With the records as your source, report how many lines contain "BuildSketch". Add no other words.

[Recorded data]
______________________________

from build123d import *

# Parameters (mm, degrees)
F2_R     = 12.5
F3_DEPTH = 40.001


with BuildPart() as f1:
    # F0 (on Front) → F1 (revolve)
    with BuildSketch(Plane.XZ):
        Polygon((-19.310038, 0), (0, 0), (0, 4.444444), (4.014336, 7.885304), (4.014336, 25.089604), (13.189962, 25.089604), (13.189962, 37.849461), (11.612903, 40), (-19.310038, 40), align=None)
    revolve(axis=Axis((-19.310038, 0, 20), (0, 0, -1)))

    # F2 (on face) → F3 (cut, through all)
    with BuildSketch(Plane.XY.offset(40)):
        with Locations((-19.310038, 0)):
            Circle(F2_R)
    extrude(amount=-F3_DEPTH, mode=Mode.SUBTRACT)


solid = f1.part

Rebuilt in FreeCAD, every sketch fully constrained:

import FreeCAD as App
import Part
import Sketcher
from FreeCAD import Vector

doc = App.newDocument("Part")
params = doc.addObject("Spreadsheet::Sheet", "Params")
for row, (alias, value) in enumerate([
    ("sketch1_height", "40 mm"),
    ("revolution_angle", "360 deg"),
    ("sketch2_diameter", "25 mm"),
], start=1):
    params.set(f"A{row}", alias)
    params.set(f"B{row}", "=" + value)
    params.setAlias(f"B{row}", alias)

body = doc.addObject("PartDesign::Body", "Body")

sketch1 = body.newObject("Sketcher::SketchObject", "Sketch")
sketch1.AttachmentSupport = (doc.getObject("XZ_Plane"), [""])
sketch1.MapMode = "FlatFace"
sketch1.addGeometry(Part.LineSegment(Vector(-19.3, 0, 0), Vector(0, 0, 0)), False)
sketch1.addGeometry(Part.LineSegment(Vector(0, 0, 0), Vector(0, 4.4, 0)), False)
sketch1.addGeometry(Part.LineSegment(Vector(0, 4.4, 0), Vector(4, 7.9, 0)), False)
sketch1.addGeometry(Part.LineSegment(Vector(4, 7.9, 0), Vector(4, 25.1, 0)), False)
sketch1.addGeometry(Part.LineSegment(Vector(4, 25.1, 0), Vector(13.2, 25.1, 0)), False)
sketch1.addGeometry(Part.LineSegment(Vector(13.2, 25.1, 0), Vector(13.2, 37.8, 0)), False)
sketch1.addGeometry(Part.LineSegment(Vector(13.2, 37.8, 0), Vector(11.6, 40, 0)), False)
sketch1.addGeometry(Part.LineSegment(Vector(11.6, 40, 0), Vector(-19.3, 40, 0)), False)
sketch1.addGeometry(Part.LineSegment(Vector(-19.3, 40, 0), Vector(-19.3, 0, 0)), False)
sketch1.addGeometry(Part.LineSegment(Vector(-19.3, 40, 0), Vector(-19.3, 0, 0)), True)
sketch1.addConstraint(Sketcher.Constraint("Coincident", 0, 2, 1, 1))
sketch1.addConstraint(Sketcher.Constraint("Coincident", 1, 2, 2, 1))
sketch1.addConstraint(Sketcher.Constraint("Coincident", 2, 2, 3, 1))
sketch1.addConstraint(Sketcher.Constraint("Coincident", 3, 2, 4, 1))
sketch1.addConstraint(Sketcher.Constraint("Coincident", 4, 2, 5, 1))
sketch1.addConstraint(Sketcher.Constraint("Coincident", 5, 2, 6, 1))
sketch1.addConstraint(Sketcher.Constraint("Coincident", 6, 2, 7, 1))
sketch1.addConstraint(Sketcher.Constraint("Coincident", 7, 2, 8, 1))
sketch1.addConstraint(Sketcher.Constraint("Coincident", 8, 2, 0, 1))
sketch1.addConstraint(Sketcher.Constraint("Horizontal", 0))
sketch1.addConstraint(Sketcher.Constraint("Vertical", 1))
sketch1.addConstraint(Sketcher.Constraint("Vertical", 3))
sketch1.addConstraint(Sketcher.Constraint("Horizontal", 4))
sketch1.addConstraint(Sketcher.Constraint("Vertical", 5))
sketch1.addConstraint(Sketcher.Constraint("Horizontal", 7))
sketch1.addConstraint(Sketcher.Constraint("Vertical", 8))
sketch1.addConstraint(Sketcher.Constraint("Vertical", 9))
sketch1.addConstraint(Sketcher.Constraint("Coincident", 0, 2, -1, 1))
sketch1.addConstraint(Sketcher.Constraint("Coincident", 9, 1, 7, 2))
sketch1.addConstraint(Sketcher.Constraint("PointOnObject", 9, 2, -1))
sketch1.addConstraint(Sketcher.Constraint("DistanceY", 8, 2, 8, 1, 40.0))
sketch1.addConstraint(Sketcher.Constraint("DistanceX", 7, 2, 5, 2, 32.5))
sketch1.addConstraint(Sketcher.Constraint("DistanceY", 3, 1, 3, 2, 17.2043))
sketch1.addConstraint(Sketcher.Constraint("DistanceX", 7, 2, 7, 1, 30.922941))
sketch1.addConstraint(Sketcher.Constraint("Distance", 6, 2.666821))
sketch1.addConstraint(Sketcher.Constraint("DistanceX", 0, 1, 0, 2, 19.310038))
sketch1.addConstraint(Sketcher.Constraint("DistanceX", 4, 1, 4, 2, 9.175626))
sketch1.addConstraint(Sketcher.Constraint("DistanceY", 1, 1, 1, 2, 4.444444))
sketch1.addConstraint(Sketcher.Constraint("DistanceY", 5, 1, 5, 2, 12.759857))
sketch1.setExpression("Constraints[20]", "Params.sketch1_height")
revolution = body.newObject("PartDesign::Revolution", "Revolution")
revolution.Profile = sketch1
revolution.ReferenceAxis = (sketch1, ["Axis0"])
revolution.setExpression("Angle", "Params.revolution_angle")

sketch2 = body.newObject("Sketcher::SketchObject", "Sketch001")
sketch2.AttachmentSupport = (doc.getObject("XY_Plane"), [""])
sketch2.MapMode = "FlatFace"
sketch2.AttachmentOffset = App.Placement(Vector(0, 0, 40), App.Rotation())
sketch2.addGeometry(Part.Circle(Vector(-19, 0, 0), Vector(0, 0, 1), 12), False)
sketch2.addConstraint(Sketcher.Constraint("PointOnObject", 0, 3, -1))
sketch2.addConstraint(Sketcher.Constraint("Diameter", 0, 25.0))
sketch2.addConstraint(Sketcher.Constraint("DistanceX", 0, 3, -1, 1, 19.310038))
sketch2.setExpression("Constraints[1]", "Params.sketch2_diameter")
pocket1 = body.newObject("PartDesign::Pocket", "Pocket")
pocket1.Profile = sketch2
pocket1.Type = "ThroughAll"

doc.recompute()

______________________________

[Task solution]
2